TASK BRIEF
Lines from the line with "v16 (15,30,-4.5)" to the line with "e41 v33 v20 LINE" in the entries below, and only those, must be output exactly, with both ends included.

RECORD SET
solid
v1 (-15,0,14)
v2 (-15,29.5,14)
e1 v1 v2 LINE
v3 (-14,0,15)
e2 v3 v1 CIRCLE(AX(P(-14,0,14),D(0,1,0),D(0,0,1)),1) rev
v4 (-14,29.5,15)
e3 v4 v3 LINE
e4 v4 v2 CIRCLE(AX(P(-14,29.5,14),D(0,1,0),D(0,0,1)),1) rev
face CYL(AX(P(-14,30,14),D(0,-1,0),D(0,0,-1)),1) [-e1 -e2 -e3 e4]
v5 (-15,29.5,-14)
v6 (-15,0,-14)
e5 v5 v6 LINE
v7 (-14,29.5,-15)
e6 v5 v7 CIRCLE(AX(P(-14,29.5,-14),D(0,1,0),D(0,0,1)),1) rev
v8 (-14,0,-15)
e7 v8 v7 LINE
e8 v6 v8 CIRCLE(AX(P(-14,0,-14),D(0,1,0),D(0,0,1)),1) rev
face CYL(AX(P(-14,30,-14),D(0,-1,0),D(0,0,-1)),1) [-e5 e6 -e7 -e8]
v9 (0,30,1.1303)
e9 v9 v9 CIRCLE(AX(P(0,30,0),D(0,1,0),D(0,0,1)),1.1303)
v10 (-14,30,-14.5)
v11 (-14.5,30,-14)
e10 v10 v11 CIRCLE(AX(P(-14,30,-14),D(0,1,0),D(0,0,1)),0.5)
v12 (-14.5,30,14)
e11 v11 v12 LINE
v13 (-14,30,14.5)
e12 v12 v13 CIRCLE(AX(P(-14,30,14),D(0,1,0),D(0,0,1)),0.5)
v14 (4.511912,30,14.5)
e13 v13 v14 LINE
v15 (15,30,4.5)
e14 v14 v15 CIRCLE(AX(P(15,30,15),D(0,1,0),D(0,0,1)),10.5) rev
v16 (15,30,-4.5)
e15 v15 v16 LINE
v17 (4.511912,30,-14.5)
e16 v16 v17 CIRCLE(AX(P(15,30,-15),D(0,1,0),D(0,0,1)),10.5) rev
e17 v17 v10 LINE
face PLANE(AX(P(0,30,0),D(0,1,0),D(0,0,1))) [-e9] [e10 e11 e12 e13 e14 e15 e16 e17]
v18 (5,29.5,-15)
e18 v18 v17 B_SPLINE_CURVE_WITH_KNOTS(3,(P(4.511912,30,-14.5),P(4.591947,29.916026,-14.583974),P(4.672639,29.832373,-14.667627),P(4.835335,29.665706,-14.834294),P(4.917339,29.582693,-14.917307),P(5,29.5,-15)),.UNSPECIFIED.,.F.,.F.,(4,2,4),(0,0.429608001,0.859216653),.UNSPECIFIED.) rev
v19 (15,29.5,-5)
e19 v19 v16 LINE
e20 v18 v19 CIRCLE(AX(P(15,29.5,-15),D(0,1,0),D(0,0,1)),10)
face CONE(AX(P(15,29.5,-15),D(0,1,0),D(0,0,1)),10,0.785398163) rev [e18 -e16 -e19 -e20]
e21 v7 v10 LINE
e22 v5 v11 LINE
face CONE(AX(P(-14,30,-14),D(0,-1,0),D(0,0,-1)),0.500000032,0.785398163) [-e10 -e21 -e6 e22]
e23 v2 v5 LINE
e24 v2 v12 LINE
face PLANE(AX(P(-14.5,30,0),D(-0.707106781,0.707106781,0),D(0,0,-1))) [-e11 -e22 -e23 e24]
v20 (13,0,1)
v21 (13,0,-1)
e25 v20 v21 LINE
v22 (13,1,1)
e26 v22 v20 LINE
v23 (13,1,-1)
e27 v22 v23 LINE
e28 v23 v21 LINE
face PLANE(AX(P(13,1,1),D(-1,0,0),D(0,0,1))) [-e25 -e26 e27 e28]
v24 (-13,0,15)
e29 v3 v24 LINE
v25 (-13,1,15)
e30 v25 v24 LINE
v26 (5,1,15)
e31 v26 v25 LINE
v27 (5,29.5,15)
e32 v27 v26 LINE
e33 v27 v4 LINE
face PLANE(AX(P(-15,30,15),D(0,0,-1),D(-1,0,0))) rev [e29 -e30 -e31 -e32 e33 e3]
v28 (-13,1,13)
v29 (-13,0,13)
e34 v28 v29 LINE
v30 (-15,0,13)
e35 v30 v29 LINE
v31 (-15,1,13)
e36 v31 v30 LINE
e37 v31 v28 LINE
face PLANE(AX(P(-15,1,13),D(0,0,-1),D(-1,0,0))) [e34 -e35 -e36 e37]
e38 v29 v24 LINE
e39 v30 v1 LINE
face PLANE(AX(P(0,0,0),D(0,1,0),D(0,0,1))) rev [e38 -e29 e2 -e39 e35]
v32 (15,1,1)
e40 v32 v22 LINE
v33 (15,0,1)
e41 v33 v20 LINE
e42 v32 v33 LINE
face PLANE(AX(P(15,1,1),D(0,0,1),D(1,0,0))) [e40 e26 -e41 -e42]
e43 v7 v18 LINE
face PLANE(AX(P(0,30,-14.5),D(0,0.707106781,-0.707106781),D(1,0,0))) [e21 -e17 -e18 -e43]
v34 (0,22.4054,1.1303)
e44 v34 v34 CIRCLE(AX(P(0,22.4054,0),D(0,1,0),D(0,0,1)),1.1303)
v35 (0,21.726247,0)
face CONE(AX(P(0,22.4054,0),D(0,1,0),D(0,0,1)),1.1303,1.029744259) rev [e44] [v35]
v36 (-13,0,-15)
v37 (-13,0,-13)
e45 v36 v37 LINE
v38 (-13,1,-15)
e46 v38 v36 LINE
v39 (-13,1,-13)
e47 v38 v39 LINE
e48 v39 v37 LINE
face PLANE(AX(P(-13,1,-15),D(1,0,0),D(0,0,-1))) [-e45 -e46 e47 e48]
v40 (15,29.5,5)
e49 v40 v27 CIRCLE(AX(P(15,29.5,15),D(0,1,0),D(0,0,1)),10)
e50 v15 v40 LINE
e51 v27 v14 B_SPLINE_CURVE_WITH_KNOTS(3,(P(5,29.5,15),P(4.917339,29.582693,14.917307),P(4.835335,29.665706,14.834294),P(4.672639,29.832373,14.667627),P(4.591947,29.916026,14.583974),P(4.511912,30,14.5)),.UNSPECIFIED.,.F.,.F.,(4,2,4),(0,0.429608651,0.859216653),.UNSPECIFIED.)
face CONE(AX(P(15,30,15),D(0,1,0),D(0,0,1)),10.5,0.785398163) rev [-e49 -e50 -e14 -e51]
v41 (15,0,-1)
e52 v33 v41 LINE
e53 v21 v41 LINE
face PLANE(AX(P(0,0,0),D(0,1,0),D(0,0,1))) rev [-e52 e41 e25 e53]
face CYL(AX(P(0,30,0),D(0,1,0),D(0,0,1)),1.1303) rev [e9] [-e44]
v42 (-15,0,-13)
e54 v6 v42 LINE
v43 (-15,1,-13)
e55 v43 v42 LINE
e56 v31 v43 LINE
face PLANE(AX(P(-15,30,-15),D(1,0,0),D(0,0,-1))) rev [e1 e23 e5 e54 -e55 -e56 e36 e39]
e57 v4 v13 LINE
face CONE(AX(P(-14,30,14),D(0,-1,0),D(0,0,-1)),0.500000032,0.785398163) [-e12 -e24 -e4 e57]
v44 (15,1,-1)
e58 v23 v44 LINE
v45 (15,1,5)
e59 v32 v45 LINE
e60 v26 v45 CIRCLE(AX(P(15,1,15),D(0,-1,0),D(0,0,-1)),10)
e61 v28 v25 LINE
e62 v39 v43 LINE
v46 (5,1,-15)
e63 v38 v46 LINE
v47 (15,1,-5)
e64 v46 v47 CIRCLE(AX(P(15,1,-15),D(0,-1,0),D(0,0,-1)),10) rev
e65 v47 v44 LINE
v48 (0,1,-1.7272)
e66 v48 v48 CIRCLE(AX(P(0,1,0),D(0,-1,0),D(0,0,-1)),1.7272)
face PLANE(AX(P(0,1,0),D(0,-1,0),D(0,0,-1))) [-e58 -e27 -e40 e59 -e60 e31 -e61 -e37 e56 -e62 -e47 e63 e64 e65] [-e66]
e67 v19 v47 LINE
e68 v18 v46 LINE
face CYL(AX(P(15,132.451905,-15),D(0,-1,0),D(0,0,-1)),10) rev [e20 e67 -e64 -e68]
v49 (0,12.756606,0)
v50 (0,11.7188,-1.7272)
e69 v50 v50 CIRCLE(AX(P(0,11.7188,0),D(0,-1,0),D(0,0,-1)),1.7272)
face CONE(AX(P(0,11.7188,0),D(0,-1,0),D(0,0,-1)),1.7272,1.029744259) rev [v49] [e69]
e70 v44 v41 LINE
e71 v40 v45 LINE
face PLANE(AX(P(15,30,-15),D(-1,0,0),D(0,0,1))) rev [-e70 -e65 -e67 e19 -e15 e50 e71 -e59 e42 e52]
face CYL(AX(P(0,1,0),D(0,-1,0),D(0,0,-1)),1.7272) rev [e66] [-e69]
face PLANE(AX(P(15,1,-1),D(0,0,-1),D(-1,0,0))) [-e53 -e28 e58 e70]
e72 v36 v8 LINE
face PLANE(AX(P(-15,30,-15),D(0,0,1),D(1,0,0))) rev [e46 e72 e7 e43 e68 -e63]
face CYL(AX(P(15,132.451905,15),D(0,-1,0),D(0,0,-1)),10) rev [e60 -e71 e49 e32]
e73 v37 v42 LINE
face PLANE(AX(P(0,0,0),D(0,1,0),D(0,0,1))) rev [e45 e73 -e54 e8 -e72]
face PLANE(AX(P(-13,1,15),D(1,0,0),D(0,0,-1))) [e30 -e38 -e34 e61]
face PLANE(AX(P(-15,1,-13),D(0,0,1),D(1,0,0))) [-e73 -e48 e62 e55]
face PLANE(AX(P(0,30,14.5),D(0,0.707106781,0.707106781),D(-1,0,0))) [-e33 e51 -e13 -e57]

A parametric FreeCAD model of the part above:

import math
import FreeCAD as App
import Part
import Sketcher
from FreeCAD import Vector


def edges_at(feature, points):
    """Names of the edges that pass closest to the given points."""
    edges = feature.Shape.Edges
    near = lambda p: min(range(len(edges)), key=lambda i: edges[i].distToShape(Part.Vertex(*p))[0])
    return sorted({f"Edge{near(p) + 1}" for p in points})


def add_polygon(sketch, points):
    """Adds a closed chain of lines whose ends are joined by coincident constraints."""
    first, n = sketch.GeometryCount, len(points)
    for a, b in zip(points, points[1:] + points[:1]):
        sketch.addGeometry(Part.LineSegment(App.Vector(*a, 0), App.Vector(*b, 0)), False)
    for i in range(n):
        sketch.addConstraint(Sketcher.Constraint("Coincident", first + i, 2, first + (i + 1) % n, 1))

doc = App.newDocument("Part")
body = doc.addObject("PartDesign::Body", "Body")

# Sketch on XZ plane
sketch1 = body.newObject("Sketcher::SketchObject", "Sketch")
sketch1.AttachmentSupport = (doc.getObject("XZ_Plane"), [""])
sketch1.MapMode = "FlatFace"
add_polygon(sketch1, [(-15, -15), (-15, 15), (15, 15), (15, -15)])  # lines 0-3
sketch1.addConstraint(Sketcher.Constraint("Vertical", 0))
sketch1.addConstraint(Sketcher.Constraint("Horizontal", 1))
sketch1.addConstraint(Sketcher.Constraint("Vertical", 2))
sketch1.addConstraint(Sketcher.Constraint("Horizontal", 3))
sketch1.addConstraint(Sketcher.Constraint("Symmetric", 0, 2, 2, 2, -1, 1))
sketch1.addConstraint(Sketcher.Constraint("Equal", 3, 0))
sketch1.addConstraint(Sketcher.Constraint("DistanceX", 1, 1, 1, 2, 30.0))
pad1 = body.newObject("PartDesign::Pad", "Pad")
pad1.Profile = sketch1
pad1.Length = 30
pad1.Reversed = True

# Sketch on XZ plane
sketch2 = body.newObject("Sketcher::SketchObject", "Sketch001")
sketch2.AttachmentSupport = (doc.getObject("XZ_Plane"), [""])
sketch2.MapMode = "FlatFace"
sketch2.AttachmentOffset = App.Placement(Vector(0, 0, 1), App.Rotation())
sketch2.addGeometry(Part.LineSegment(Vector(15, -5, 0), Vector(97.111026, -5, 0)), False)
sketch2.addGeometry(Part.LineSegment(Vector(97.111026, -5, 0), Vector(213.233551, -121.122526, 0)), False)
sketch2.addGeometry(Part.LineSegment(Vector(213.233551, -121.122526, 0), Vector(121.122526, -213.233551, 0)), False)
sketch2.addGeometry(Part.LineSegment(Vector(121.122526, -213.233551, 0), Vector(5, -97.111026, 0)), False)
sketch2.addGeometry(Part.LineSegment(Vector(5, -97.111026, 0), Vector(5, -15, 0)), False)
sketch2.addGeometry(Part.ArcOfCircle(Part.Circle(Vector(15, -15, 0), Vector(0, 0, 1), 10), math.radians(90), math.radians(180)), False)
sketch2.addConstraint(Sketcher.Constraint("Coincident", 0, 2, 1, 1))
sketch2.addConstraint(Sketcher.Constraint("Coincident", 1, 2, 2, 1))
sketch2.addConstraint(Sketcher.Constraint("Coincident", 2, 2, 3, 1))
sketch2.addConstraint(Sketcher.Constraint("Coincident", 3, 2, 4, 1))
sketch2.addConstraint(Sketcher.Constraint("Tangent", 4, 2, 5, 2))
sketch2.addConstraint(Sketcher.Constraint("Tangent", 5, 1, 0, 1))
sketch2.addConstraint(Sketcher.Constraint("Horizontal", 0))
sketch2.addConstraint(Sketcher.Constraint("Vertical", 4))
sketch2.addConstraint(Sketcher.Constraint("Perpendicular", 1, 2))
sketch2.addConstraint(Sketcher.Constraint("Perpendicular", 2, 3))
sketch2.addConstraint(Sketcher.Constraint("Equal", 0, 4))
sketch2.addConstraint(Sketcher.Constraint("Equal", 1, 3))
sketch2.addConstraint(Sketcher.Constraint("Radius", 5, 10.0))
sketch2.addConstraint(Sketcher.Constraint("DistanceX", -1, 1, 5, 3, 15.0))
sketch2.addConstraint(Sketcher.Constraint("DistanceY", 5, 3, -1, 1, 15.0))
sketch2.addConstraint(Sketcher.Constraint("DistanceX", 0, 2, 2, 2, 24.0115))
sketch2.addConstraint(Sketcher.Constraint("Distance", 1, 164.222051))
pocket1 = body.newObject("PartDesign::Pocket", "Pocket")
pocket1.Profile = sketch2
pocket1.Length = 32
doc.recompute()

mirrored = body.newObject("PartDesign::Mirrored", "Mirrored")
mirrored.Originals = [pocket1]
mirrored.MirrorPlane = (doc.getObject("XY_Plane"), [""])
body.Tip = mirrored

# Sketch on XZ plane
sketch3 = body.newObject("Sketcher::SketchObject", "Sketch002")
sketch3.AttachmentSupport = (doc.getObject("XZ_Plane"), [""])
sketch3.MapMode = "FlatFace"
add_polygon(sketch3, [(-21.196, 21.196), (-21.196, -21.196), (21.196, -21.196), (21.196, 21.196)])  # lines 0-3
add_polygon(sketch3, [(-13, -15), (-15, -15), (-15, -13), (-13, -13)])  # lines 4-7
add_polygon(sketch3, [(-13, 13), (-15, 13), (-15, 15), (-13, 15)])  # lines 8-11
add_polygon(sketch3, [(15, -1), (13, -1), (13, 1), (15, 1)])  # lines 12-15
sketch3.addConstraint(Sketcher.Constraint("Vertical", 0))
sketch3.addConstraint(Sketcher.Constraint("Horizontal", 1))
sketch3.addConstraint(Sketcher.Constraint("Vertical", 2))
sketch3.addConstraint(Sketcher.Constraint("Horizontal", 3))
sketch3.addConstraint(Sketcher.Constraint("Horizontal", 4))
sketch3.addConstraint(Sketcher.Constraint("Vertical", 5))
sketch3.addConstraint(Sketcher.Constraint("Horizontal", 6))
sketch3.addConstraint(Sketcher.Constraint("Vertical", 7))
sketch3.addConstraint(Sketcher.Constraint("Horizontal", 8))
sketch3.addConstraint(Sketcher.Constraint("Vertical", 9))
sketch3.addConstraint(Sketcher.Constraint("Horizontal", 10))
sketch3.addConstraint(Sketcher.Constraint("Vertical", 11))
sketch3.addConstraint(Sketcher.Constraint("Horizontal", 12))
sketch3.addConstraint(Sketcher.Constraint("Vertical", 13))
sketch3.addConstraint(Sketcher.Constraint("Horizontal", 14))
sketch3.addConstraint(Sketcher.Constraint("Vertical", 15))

* * *

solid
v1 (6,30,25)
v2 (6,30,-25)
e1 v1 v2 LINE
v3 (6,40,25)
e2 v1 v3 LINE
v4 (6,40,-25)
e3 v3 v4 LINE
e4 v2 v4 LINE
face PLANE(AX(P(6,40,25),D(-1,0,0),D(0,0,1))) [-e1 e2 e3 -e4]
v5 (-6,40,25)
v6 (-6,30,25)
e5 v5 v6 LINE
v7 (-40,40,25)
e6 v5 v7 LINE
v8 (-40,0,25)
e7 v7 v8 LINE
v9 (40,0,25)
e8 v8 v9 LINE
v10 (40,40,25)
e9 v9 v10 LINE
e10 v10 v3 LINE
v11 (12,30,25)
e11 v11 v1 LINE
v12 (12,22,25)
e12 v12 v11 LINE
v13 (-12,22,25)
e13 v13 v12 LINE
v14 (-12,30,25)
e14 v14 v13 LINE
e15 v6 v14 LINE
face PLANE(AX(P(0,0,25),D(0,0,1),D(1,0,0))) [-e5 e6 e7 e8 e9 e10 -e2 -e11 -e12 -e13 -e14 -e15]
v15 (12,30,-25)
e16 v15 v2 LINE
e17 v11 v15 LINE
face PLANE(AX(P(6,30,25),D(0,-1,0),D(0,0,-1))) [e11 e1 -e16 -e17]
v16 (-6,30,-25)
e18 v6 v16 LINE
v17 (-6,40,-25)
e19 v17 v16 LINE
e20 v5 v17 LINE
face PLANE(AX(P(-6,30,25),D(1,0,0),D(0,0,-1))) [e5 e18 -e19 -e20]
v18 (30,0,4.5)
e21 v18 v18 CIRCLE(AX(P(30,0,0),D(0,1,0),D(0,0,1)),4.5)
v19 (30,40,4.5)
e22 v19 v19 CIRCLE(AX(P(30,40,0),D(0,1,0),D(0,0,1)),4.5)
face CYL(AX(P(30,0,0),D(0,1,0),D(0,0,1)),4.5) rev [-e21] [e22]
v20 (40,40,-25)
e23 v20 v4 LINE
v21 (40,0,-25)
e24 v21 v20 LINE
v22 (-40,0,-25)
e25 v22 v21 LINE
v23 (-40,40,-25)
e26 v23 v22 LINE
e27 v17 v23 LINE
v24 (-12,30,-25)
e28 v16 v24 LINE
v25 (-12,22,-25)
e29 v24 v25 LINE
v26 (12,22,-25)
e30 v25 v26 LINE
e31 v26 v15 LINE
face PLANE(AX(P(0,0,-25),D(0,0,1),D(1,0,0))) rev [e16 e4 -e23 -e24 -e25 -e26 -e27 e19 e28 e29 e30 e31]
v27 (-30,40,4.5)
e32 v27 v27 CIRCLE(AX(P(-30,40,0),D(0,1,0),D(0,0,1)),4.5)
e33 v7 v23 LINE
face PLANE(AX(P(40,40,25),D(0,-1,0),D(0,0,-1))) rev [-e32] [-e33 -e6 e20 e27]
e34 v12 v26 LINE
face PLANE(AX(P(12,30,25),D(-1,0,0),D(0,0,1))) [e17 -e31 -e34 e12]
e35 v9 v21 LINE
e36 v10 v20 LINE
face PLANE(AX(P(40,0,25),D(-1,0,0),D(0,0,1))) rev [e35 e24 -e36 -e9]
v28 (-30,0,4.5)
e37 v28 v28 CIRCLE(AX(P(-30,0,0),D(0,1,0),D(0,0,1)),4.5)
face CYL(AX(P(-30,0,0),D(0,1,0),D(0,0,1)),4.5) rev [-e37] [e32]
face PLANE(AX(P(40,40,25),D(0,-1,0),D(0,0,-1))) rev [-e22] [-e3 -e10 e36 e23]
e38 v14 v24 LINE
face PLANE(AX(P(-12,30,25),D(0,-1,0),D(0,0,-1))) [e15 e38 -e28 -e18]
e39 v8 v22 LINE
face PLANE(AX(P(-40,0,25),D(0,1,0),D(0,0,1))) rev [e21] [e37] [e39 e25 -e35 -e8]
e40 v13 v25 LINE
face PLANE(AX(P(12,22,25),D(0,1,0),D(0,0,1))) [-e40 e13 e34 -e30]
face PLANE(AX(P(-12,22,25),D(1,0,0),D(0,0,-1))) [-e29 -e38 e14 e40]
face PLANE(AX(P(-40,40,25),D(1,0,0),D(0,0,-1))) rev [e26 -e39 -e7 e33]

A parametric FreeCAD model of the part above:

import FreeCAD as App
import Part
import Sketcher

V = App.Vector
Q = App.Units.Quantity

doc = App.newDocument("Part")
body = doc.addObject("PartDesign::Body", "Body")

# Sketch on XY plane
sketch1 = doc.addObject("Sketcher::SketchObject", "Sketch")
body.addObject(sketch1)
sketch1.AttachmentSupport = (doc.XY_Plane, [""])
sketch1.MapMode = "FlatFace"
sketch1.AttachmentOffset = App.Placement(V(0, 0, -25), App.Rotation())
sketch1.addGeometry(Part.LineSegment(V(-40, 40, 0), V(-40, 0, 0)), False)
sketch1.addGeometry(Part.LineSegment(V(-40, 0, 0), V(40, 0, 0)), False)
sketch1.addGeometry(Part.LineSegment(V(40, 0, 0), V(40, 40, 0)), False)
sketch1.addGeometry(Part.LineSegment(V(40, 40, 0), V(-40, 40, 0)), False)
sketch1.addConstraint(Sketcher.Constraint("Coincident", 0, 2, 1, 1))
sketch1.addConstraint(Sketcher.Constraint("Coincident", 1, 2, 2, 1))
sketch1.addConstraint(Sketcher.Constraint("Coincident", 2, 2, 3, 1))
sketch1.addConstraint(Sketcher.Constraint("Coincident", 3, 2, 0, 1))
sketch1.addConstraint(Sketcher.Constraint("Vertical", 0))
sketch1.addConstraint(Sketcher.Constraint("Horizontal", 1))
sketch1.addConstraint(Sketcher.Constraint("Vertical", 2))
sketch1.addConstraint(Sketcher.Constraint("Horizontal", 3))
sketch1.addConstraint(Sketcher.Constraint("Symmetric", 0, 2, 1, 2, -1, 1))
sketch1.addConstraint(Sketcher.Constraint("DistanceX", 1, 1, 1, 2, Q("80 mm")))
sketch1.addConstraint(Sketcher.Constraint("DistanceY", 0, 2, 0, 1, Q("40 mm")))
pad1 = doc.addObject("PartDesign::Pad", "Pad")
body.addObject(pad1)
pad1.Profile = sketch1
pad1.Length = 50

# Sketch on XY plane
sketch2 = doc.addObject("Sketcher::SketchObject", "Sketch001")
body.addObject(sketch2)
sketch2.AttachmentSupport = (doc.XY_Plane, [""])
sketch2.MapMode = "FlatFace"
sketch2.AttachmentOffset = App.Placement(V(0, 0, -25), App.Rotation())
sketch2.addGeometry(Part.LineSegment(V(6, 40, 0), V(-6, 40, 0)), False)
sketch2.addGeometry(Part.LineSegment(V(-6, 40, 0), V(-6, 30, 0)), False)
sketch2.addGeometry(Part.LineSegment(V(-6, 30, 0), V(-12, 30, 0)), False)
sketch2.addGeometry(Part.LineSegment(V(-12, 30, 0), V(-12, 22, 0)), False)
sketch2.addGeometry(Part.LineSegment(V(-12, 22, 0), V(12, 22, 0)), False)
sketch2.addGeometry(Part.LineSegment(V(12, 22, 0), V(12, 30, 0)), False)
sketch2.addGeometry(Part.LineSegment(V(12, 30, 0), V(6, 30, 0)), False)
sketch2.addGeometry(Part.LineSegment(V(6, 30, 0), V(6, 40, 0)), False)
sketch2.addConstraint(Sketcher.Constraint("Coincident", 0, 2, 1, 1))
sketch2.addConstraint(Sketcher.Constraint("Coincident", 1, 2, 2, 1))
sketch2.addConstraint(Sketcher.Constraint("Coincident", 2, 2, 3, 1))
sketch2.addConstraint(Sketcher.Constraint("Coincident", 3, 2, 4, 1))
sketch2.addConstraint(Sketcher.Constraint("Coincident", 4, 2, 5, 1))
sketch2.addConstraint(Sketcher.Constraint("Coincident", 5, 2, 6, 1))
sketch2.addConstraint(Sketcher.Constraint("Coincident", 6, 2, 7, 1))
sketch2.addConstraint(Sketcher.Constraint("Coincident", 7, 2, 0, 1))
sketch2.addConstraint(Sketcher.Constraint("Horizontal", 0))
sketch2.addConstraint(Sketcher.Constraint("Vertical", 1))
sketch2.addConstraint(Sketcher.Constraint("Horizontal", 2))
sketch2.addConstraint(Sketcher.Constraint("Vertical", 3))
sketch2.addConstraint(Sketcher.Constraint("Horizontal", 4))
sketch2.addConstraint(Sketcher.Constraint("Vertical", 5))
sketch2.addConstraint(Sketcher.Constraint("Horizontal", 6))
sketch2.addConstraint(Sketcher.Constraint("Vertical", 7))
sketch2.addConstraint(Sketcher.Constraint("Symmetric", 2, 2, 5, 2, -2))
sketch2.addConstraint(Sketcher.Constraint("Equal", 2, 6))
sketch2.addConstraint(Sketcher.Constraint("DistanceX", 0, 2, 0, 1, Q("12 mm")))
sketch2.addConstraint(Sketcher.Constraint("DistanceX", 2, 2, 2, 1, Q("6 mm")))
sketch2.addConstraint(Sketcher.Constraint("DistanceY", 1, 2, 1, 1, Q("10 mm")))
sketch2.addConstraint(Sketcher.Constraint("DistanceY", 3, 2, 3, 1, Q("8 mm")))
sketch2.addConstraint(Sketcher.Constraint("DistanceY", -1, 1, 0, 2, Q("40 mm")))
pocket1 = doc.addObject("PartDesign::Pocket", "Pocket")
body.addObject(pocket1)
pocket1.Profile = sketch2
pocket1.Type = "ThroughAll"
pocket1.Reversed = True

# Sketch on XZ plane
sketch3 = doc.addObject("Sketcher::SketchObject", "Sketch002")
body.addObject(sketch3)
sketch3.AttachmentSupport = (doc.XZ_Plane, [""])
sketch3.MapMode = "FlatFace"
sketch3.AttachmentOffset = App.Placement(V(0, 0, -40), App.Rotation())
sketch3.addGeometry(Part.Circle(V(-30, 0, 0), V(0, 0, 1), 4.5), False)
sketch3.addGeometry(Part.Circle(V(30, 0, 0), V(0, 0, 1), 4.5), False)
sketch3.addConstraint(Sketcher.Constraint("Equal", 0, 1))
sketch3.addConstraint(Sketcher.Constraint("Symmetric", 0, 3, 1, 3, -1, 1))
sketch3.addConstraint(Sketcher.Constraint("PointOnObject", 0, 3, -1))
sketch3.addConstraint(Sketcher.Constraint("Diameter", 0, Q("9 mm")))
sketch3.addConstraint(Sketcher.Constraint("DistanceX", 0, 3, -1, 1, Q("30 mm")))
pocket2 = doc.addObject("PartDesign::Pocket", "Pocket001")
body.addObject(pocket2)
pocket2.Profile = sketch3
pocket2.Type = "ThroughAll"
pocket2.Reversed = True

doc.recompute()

WRITTEN ANSWER
v16 (15,30,-4.5)
e15 v15 v16 LINE
v17 (4.511912,30,-14.5)
e16 v16 v17 CIRCLE(AX(P(15,30,-15),D(0,1,0),D(0,0,1)),10.5) rev
e17 v17 v10 LINE
face PLANE(AX(P(0,30,0),D(0,1,0),D(0,0,1))) [-e9] [e10 e11 e12 e13 e14 e15 e16 e17]
v18 (5,29.5,-15)
e18 v18 v17 B_SPLINE_CURVE_WITH_KNOTS(3,(P(4.511912,30,-14.5),P(4.591947,29.916026,-14.583974),P(4.672639,29.832373,-14.667627),P(4.835335,29.665706,-14.834294),P(4.917339,29.582693,-14.917307),P(5,29.5,-15)),.UNSPECIFIED.,.F.,.F.,(4,2,4),(0,0.429608001,0.859216653),.UNSPECIFIED.) rev
v19 (15,29.5,-5)
e19 v19 v16 LINE
e20 v18 v19 CIRCLE(AX(P(15,29.5,-15),D(0,1,0),D(0,0,1)),10)
face CONE(AX(P(15,29.5,-15),D(0,1,0),D(0,0,1)),10,0.785398163) rev [e18 -e16 -e19 -e20]
e21 v7 v10 LINE
e22 v5 v11 LINE
face CONE(AX(P(-14,30,-14),D(0,-1,0),D(0,0,-1)),0.500000032,0.785398163) [-e10 -e21 -e6 e22]
e23 v2 v5 LINE
e24 v2 v12 LINE
face PLANE(AX(P(-14.5,30,0),D(-0.707106781,0.707106781,0),D(0,0,-1))) [-e11 -e22 -e23 e24]
v20 (13,0,1)
v21 (13,0,-1)
e25 v20 v21 LINE
v22 (13,1,1)
e26 v22 v20 LINE
v23 (13,1,-1)
e27 v22 v23 LINE
e28 v23 v21 LINE
face PLANE(AX(P(13,1,1),D(-1,0,0),D(0,0,1))) [-e25 -e26 e27 e28]
v24 (-13,0,15)
e29 v3 v24 LINE
v25 (-13,1,15)
e30 v25 v24 LINE
v26 (5,1,15)
e31 v26 v25 LINE
v27 (5,29.5,15)
e32 v27 v26 LINE
e33 v27 v4 LINE
face PLANE(AX(P(-15,30,15),D(0,0,-1),D(-1,0,0))) rev [e29 -e30 -e31 -e32 e33 e3]
v28 (-13,1,13)
v29 (-13,0,13)
e34 v28 v29 LINE
v30 (-15,0,13)
e35 v30 v29 LINE
v31 (-15,1,13)
e36 v31 v30 LINE
e37 v31 v28 LINE
face PLANE(AX(P(-15,1,13),D(0,0,-1),D(-1,0,0))) [e34 -e35 -e36 e37]
e38 v29 v24 LINE
e39 v30 v1 LINE
face PLANE(AX(P(0,0,0),D(0,1,0),D(0,0,1))) rev [e38 -e29 e2 -e39 e35]
v32 (15,1,1)
e40 v32 v22 LINE
v33 (15,0,1)
e41 v33 v20 LINE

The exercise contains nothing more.